▸ **Activity**:
Using the records below, give again exactly the lines from the line that contains "#99=VERTEX_POINT('',#98);" through the line that contains "#112=LINE('',#111,#49);", both ends included, and only those.

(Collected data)

-.-.-

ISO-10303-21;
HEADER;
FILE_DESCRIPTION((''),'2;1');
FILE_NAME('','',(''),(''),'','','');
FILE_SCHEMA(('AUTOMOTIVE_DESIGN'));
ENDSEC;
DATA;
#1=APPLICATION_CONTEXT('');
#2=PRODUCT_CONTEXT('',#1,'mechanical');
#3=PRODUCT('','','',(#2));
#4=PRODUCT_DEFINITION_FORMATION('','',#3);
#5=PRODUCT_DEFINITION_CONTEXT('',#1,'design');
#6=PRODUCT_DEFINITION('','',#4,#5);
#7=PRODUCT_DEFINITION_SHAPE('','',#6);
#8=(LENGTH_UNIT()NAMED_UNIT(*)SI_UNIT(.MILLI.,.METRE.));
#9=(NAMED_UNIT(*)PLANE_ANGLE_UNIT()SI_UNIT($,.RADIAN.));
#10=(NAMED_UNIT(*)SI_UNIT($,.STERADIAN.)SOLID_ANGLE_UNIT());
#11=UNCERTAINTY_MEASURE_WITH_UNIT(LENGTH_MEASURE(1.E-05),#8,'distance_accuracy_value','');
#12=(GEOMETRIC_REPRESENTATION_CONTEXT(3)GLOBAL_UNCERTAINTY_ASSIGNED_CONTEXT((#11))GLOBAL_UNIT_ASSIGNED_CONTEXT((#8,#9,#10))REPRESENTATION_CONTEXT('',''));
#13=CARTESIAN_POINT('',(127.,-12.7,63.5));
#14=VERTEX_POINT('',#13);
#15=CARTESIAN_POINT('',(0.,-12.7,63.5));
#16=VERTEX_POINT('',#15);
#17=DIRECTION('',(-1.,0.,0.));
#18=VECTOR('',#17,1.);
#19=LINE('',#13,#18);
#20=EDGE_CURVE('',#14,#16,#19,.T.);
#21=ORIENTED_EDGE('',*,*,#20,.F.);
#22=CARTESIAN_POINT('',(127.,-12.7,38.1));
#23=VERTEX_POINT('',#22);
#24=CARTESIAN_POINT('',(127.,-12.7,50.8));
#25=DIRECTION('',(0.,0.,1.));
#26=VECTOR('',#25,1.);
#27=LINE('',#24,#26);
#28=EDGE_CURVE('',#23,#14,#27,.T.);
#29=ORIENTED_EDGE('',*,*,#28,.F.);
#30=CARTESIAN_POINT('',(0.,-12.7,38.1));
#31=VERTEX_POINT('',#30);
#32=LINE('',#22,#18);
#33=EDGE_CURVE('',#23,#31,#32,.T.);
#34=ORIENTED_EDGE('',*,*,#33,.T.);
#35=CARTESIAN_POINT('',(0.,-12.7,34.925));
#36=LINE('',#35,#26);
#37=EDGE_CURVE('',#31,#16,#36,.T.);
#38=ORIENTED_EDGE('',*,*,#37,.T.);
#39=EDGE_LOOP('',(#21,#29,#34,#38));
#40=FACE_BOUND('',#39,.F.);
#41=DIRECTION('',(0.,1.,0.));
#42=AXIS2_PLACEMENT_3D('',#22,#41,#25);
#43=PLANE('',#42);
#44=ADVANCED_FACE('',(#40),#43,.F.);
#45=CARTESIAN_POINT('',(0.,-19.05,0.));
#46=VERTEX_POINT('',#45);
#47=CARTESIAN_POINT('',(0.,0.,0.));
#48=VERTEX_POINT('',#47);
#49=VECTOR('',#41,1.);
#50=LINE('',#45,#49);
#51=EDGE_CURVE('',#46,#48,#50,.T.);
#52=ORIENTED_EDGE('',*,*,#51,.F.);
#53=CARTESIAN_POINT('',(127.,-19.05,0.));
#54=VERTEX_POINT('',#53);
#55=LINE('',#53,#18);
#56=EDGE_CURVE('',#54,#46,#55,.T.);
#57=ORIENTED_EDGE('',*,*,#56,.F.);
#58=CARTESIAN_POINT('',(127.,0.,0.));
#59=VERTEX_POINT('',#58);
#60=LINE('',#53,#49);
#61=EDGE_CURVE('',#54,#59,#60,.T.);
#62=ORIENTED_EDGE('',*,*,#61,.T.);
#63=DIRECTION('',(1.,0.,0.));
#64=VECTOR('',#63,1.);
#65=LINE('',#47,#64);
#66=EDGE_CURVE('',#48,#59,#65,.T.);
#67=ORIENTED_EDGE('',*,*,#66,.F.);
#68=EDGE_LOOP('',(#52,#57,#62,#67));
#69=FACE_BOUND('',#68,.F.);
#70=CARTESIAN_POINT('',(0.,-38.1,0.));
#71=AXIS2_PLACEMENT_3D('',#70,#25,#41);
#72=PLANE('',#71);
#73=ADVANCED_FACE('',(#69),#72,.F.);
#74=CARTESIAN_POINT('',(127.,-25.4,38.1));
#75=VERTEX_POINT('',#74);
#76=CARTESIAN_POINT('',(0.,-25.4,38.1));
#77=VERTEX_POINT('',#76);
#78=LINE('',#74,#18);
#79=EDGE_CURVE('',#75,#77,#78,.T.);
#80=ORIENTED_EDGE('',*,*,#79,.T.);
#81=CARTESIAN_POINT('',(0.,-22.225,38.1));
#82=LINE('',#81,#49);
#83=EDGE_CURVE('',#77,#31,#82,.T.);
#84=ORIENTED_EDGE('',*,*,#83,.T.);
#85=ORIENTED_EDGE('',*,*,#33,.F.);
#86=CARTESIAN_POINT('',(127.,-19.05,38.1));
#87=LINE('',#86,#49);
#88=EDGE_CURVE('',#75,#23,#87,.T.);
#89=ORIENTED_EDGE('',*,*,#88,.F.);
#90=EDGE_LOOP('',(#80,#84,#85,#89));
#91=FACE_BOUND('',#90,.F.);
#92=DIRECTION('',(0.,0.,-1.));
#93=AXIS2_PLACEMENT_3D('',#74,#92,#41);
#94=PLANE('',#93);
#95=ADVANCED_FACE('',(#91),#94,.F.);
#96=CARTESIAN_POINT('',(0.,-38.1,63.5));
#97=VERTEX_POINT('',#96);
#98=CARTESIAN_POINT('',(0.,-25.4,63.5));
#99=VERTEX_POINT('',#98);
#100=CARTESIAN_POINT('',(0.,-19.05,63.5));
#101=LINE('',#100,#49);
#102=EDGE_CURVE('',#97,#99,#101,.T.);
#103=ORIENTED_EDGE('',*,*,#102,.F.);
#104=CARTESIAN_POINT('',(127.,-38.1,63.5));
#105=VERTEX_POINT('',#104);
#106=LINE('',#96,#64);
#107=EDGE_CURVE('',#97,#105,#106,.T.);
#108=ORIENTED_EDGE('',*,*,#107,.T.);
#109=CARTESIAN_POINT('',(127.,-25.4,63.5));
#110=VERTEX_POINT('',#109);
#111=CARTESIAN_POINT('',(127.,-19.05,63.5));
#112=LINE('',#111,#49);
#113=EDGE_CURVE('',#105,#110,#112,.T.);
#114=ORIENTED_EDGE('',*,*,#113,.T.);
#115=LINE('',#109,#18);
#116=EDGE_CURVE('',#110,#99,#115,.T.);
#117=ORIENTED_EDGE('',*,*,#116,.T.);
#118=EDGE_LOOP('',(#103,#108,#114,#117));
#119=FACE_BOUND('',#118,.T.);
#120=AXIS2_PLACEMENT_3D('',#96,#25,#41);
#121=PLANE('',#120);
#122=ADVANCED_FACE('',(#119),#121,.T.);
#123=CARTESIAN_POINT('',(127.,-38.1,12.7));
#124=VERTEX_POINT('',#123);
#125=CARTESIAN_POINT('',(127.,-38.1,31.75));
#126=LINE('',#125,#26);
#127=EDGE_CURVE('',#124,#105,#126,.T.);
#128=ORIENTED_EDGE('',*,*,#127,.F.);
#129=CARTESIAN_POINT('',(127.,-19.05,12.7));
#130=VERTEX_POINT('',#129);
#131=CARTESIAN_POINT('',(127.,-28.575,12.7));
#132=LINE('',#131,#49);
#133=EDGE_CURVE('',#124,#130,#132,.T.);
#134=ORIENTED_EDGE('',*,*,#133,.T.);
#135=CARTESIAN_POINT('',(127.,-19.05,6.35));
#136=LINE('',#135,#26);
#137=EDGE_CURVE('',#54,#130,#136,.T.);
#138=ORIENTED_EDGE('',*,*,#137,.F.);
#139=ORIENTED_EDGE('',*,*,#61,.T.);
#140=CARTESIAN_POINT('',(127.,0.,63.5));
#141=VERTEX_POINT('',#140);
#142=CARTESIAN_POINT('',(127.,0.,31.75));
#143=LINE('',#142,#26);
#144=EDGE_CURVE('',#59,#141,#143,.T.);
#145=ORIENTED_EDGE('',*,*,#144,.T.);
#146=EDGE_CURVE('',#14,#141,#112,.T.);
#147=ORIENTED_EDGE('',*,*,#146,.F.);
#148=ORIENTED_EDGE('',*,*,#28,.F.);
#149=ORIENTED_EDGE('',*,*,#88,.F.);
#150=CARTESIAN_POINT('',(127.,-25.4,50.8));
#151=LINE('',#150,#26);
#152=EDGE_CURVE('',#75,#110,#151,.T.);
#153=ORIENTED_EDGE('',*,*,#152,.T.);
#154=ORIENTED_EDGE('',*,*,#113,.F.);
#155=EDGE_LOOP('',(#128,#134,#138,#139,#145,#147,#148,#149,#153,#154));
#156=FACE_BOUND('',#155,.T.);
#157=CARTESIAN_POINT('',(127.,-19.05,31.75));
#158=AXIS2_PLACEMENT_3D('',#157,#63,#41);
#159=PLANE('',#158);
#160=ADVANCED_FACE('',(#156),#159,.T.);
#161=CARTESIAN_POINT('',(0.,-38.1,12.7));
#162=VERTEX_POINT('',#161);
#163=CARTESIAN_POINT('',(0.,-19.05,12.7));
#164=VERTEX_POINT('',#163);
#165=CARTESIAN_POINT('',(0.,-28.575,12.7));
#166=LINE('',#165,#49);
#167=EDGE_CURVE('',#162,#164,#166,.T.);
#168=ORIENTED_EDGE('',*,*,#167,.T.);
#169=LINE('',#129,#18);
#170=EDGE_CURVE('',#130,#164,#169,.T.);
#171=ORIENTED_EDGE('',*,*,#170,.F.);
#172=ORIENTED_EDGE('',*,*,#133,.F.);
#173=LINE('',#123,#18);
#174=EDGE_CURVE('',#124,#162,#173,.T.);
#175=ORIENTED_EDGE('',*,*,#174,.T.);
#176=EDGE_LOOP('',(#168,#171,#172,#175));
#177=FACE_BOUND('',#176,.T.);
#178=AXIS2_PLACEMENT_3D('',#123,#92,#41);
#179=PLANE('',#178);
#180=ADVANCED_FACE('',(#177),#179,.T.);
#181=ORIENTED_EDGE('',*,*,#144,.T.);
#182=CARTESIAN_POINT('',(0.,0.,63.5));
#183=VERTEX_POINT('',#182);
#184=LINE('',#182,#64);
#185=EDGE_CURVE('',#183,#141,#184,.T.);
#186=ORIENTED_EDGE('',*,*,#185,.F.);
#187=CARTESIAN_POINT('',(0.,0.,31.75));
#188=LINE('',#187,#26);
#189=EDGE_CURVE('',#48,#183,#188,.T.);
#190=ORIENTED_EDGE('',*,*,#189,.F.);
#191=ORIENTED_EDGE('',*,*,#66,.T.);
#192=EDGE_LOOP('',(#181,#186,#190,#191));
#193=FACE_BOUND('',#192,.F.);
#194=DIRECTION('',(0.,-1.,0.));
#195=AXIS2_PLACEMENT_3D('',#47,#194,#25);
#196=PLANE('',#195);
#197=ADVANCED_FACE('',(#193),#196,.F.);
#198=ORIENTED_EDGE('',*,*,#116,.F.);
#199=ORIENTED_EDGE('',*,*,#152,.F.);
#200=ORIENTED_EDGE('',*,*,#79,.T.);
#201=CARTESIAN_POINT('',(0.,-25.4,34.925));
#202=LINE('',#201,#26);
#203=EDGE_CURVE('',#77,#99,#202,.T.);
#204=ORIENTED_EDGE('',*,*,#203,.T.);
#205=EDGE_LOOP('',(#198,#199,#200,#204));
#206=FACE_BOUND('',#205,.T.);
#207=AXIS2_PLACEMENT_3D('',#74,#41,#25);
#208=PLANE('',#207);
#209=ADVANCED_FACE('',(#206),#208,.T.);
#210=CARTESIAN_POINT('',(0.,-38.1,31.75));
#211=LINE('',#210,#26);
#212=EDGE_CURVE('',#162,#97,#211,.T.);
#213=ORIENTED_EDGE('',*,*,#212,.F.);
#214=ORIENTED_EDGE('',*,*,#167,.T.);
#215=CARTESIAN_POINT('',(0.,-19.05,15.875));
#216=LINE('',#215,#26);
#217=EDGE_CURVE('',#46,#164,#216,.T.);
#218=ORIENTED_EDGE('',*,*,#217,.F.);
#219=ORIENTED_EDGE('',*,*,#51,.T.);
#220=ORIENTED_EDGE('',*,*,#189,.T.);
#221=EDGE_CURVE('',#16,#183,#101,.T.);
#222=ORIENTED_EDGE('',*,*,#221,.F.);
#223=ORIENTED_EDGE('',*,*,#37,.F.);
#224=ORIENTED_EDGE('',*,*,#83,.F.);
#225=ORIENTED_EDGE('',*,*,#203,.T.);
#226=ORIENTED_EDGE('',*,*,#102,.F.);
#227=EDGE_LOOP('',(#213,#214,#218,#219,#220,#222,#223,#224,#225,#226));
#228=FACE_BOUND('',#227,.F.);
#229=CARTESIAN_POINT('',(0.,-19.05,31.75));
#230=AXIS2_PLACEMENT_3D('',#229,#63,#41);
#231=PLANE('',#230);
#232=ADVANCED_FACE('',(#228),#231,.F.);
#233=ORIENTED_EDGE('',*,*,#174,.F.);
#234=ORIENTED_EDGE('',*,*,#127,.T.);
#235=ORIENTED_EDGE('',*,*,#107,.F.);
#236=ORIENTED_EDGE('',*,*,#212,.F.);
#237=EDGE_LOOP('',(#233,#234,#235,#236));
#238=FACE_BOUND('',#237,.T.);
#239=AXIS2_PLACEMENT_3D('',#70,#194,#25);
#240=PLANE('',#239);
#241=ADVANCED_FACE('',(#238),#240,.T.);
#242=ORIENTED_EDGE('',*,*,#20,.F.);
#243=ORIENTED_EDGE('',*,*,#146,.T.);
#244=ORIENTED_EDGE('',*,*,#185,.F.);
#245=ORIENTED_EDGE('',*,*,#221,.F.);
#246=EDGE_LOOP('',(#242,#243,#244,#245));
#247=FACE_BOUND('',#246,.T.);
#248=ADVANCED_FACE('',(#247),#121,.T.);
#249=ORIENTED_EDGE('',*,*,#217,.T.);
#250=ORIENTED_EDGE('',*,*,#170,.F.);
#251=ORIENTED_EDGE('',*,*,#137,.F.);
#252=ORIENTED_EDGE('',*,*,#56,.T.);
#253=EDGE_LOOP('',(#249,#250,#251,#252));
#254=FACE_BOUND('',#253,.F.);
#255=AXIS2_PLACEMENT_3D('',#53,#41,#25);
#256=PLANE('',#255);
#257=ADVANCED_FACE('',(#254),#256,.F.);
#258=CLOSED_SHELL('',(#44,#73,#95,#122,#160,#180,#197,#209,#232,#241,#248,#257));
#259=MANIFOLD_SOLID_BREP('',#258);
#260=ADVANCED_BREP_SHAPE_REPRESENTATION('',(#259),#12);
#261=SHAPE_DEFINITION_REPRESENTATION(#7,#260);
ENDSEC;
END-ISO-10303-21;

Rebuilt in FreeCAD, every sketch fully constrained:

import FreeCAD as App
import Part
import Sketcher

V = App.Vector
Q = App.Units.Quantity

doc = App.newDocument("Part")
params = doc.addObject("Spreadsheet::Sheet", "Params")
for row, (alias, value) in enumerate([
    ("sketch1_width", "1.5 in"),
    ("sketch1_height", "2.5 in"),
    ("pad1_length", "5 in"),
    ("sketch2_height", "0.5 in"),
    ("sketch2_width", "0.75 in"),
    ("sketch3_height", "1 in"),
    ("sketch3_width", "0.5 in"),
], start=1):
    params.set(f"A{row}", alias)
    params.set(f"B{row}", "=" + value)
    params.setAlias(f"B{row}", alias)

body = doc.addObject("PartDesign::Body", "Body")

# Sketch on YZ plane
sketch1 = body.newObject("Sketcher::SketchObject", "Sketch")
sketch1.AttachmentSupport = (doc.getObject("YZ_Plane"), [""])
sketch1.MapMode = "FlatFace"
sketch1.addGeometry([
    Part.LineSegment(V(-38, 64, 0), V(-38, 0, 0)),
    Part.LineSegment(V(-38, 0, 0), V(0, 0, 0)),
    Part.LineSegment(V(0, 0, 0), V(0, 64, 0)),
    Part.LineSegment(V(0, 64, 0), V(-38, 64, 0)),
], False)
sketch1.addConstraint([
    Sketcher.Constraint("Coincident", 0, 2, 1, 1),
    Sketcher.Constraint("Coincident", 1, 2, 2, 1),
    Sketcher.Constraint("Coincident", 2, 2, 3, 1),
    Sketcher.Constraint("Coincident", 3, 2, 0, 1),
    Sketcher.Constraint("Vertical", 0),
    Sketcher.Constraint("Horizontal", 1),
    Sketcher.Constraint("Vertical", 2),
    Sketcher.Constraint("Horizontal", 3),
    Sketcher.Constraint("Coincident", 1, 2, -1, 1),
    Sketcher.Constraint("DistanceX", 1, 1, 1, 2, Q("1.5 in")),
    Sketcher.Constraint("DistanceY", 0, 2, 0, 1, Q("2.5 in")),
])
sketch1.setExpression("Constraints[9]", "Params.sketch1_width")
sketch1.setExpression("Constraints[10]", "Params.sketch1_height")
pad1 = body.newObject("PartDesign::Pad", "Pad")
pad1.Profile = sketch1
pad1.setExpression("Length", "Params.pad1_length")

-.-.-

▸ **Task answer**:
#99=VERTEX_POINT('',#98);
#100=CARTESIAN_POINT('',(0.,-19.05,63.5));
#101=LINE('',#100,#49);
#102=EDGE_CURVE('',#97,#99,#101,.T.);
#103=ORIENTED_EDGE('',*,*,#102,.F.);
#104=CARTESIAN_POINT('',(127.,-38.1,63.5));
#105=VERTEX_POINT('',#104);
#106=LINE('',#96,#64);
#107=EDGE_CURVE('',#97,#105,#106,.T.);
#108=ORIENTED_EDGE('',*,*,#107,.T.);
#109=CARTESIAN_POINT('',(127.,-25.4,63.5));
#110=VERTEX_POINT('',#109);
#111=CARTESIAN_POINT('',(127.,-19.05,63.5));
#112=LINE('',#111,#49);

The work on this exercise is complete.